** Opening Exercise data block **

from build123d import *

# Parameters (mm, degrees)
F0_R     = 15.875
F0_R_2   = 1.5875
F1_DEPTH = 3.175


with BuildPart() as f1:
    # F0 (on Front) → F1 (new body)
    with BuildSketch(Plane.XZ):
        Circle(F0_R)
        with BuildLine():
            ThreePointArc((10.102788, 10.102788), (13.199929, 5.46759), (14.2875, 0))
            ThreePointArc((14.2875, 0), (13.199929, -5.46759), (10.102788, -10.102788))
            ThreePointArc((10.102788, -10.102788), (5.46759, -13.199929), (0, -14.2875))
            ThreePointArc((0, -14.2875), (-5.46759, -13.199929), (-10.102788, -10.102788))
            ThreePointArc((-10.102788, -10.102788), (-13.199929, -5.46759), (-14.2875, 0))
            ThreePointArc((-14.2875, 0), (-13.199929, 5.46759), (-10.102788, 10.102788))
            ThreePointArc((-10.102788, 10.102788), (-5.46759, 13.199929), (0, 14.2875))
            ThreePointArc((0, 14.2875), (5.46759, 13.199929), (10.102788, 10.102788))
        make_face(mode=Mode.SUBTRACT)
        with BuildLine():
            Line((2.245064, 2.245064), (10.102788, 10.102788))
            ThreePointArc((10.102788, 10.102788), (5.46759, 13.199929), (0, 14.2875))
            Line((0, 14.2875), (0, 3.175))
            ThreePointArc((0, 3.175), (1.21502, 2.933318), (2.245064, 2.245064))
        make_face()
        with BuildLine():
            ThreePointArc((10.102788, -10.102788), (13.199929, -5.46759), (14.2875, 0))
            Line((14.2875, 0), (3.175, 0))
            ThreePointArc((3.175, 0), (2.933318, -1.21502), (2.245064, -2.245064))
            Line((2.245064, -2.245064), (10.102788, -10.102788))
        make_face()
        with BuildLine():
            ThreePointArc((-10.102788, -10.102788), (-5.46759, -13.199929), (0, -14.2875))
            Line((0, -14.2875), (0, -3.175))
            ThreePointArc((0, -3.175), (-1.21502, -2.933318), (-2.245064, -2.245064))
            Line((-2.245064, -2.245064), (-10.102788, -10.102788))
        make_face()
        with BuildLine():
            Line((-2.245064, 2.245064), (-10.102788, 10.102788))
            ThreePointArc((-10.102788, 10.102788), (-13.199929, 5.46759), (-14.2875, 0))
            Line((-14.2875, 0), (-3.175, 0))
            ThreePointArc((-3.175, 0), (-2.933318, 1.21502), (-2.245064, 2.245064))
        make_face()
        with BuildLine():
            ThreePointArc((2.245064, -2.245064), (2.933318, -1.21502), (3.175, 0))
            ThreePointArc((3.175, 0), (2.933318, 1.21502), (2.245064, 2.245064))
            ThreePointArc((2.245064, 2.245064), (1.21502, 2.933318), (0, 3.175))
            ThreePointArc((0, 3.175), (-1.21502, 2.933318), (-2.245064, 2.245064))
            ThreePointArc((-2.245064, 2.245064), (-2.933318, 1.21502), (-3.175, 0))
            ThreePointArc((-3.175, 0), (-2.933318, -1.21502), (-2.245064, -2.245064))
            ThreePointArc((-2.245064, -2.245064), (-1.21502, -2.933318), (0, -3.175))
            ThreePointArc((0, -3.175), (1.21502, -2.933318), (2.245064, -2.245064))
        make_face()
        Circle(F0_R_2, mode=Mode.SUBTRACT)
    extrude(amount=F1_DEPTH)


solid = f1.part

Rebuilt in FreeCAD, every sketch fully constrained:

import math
import FreeCAD as App
import Part
import Sketcher
from FreeCAD import Vector
Q = App.Units.Quantity

doc = App.newDocument("Part")
body = doc.addObject("PartDesign::Body", "Body")

sketch1 = body.newObject("Sketcher::SketchObject", "Sketch")
sketch1.AttachmentSupport = (doc.getObject("XZ_Plane"), [""])
sketch1.MapMode = "FlatFace"
sketch1.addGeometry(Part.Circle(Vector(0, 0, 0), Vector(0, 0, 1), 15.875), False)
sketch1.addGeometry(Part.LineSegment(Vector(-2.245064, -2.245064, 0), Vector(-10.102788, -10.102788, 0)), False)
sketch1.addGeometry(Part.ArcOfCircle(Part.Circle(Vector(-0.000005, -0.000002, 0), Vector(0, 0, 1), 14.287495), math.radians(179.999992), math.radians(225.00001)), False)
sketch1.addGeometry(Part.LineSegment(Vector(-14.2875, 0, 0), Vector(-3.175, 0, 0)), False)
sketch1.addGeometry(Part.ArcOfCircle(Part.Circle(Vector(-0.000006, -0.000003, 0), Vector(0, 0, 1), 3.174994), math.radians(179.999955), math.radians(225.000047)), False)
sketch1.addGeometry(Part.LineSegment(Vector(2.245064, -2.245064, 0), Vector(10.102788, -10.102788, 0)), False)
sketch1.addGeometry(Part.ArcOfCircle(Part.Circle(Vector(0.000002, -0.000005, 0), Vector(0, 0, 1), 14.287495), math.radians(-90.000008), math.radians(-44.99999)), False)
sketch1.addGeometry(Part.LineSegment(Vector(0, -14.2875, 0), Vector(0, -3.175, 0)), False)
sketch1.addGeometry(Part.ArcOfCircle(Part.Circle(Vector(0.000003, -0.000006, 0), Vector(0, 0, 1), 3.174994), math.radians(-90.000045), math.radians(-44.999953)), False)
sketch1.addGeometry(Part.ArcOfCircle(Part.Circle(Vector(-0.000002, 0.000005, 0), Vector(0, 0, 1), 14.287495), math.radians(89.999992), math.radians(135.00001)), False)
sketch1.addGeometry(Part.LineSegment(Vector(0, 14.2875, 0), Vector(0, 3.175, 0)), False)
sketch1.addGeometry(Part.ArcOfCircle(Part.Circle(Vector(-0.000003, 0.000006, 0), Vector(0, 0, 1), 3.174994), math.radians(89.999955), math.radians(135.000047)), False)
sketch1.addGeometry(Part.LineSegment(Vector(-2.245064, 2.245064, 0), Vector(-10.102788, 10.102788, 0)), False)
sketch1.addGeometry(Part.Circle(Vector(0, 0, 0), Vector(0, 0, 1), 1.5875), False)
sketch1.addGeometry(Part.LineSegment(Vector(2.245064, 2.245064, 0), Vector(10.102788, 10.102788, 0)), False)
sketch1.addGeometry(Part.ArcOfCircle(Part.Circle(Vector(0.000005, 0.000002, 0), Vector(0, 0, 1), 14.287495), math.radians(-0.000008), math.radians(45.00001)), False)
sketch1.addGeometry(Part.LineSegment(Vector(14.2875, 0, 0), Vector(3.175, 0, 0)), False)
sketch1.addGeometry(Part.ArcOfCircle(Part.Circle(Vector(0.000006, 0.000003, 0), Vector(0, 0, 1), 3.174994), math.radians(-0.000045), math.radians(45.000047)), False)
sketch1.addConstraint(Sketcher.Constraint("Coincident", 1, 2, 2, 2))
sketch1.addConstraint(Sketcher.Constraint("Coincident", 2, 1, 3, 1))
sketch1.addConstraint(Sketcher.Constraint("Coincident", 3, 2, 4, 1))
sketch1.addConstraint(Sketcher.Constraint("Coincident", 4, 2, 1, 1))
sketch1.addConstraint(Sketcher.Constraint("Coincident", 5, 2, 6, 2))
sketch1.addConstraint(Sketcher.Constraint("Coincident", 6, 1, 7, 1))
sketch1.addConstraint(Sketcher.Constraint("Coincident", 7, 2, 8, 1))
sketch1.addConstraint(Sketcher.Constraint("Coincident", 8, 2, 5, 1))
sketch1.addConstraint(Sketcher.Constraint("Coincident", 9, 1, 10, 1))
sketch1.addConstraint(Sketcher.Constraint("Coincident", 10, 2, 11, 1))
sketch1.addConstraint(Sketcher.Constraint("Coincident", 11, 2, 12, 1))
sketch1.addConstraint(Sketcher.Constraint("Coincident", 12, 2, 9, 2))
sketch1.addConstraint(Sketcher.Constraint("Coincident", 14, 2, 15, 2))
sketch1.addConstraint(Sketcher.Constraint("Coincident", 15, 1, 16, 1))
sketch1.addConstraint(Sketcher.Constraint("Coincident", 16, 2, 17, 1))
sketch1.addConstraint(Sketcher.Constraint("Coincident", 17, 2, 14, 1))
sketch1.addConstraint(Sketcher.Constraint("Horizontal", 3))
sketch1.addConstraint(Sketcher.Constraint("Vertical", 7))
sketch1.addConstraint(Sketcher.Constraint("Vertical", 10))
sketch1.addConstraint(Sketcher.Constraint("Horizontal", 16))
sketch1.addConstraint(Sketcher.Constraint("Coincident", 0, 3, -1, 1))
sketch1.addConstraint(Sketcher.Constraint("Coincident", 2, 3, -1, 1))
sketch1.addConstraint(Sketcher.Constraint("Coincident", 4, 3, -1, 1))
sketch1.addConstraint(Sketcher.Constraint("Coincident", 6, 3, -1, 1))
sketch1.addConstraint(Sketcher.Constraint("Coincident", 8, 3, -1, 1))
sketch1.addConstraint(Sketcher.Constraint("Coincident", 9, 3, -1, 1))
sketch1.addConstraint(Sketcher.Constraint("Coincident", 11, 3, -1, 1))
sketch1.addConstraint(Sketcher.Constraint("Coincident", 13, 3, -1, 1))
sketch1.addConstraint(Sketcher.Constraint("Coincident", 15, 3, -1, 1))
sketch1.addConstraint(Sketcher.Constraint("Coincident", 17, 3, -1, 1))
sketch1.addConstraint(Sketcher.Constraint("Equal", 2, 6))
sketch1.addConstraint(Sketcher.Constraint("Equal", 4, 8))
sketch1.addConstraint(Sketcher.Constraint("Equal", 6, 9))
sketch1.addConstraint(Sketcher.Constraint("Equal", 8, 11))
sketch1.addConstraint(Sketcher.Constraint("Equal", 9, 15))
sketch1.addConstraint(Sketcher.Constraint("Equal", 11, 17))
sketch1.addConstraint(Sketcher.Constraint("PointOnObject", 2, 1, -1))
sketch1.addConstraint(Sketcher.Constraint("PointOnObject", 6, 1, -2))
sketch1.addConstraint(Sketcher.Constraint("PointOnObject", 9, 1, -2))
sketch1.addConstraint(Sketcher.Constraint("PointOnObject", 15, 1, -1))
sketch1.addConstraint(Sketcher.Constraint("Perpendicular", 1, 5))
sketch1.addConstraint(Sketcher.Constraint("Parallel", 5, 12))
sketch1.addConstraint(Sketcher.Constraint("Perpendicular", 12, 14))
sketch1.addConstraint(Sketcher.Constraint("Horizontal", 1, 2, 5, 2))
sketch1.addConstraint(Sketcher.Constraint("Horizontal", 4, 2, 8, 2))
sketch1.addConstraint(Sketcher.Constraint("Horizontal", 12, 2, 14, 2))
sketch1.addConstraint(Sketcher.Constraint("Vertical", 4, 2, 11, 2))
sketch1.addConstraint(Sketcher.Constraint("Diameter", 0, Q("1.25 in")))
sketch1.addConstraint(Sketcher.Constraint("Diameter", 13, Q("0.125 in")))
sketch1.addConstraint(Sketcher.Constraint("DistanceX", 3, 1, 3, 2, Q("0.4375 in")))
sketch1.addConstraint(Sketcher.Constraint("DistanceX", 2, 1, -1, 1, Q("0.5625 in")))
sketch1.addConstraint(Sketcher.Constraint("DistanceX", 1, 2, 4, 3, 10.102782))
pad1 = body.newObject("PartDesign::Pad", "Pad")
pad1.Profile = sketch1
pad1.Length = Q("0.125 in")

doc.recompute()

** Closing Exercise data block **

What to do>
Starting at the line that has "(5.46759, -13.199929), (0, -14.2875))" and ending at the line that has "Line((14.2875, 0), (3.175, 0))", please write out the lines above exactly, leaving out all others.

Solution to the exercise>
            ThreePointArc((10.102788, -10.102788), (5.46759, -13.199929), (0, -14.2875))
            ThreePointArc((0, -14.2875), (-5.46759, -13.199929), (-10.102788, -10.102788))
            ThreePointArc((-10.102788, -10.102788), (-13.199929, -5.46759), (-14.2875, 0))
            ThreePointArc((-14.2875, 0), (-13.199929, 5.46759), (-10.102788, 10.102788))
            ThreePointArc((-10.102788, 10.102788), (-5.46759, 13.199929), (0, 14.2875))
            ThreePointArc((0, 14.2875), (5.46759, 13.199929), (10.102788, 10.102788))
        make_face(mode=Mode.SUBTRACT)
        with BuildLine():
            Line((2.245064, 2.245064), (10.102788, 10.102788))
            ThreePointArc((10.102788, 10.102788), (5.46759, 13.199929), (0, 14.2875))
            Line((0, 14.2875), (0, 3.175))
            ThreePointArc((0, 3.175), (1.21502, 2.933318), (2.245064, 2.245064))
        make_face()
        with BuildLine():
            ThreePointArc((10.102788, -10.102788), (13.199929, -5.46759), (14.2875, 0))
            Line((14.2875, 0), (3.175, 0))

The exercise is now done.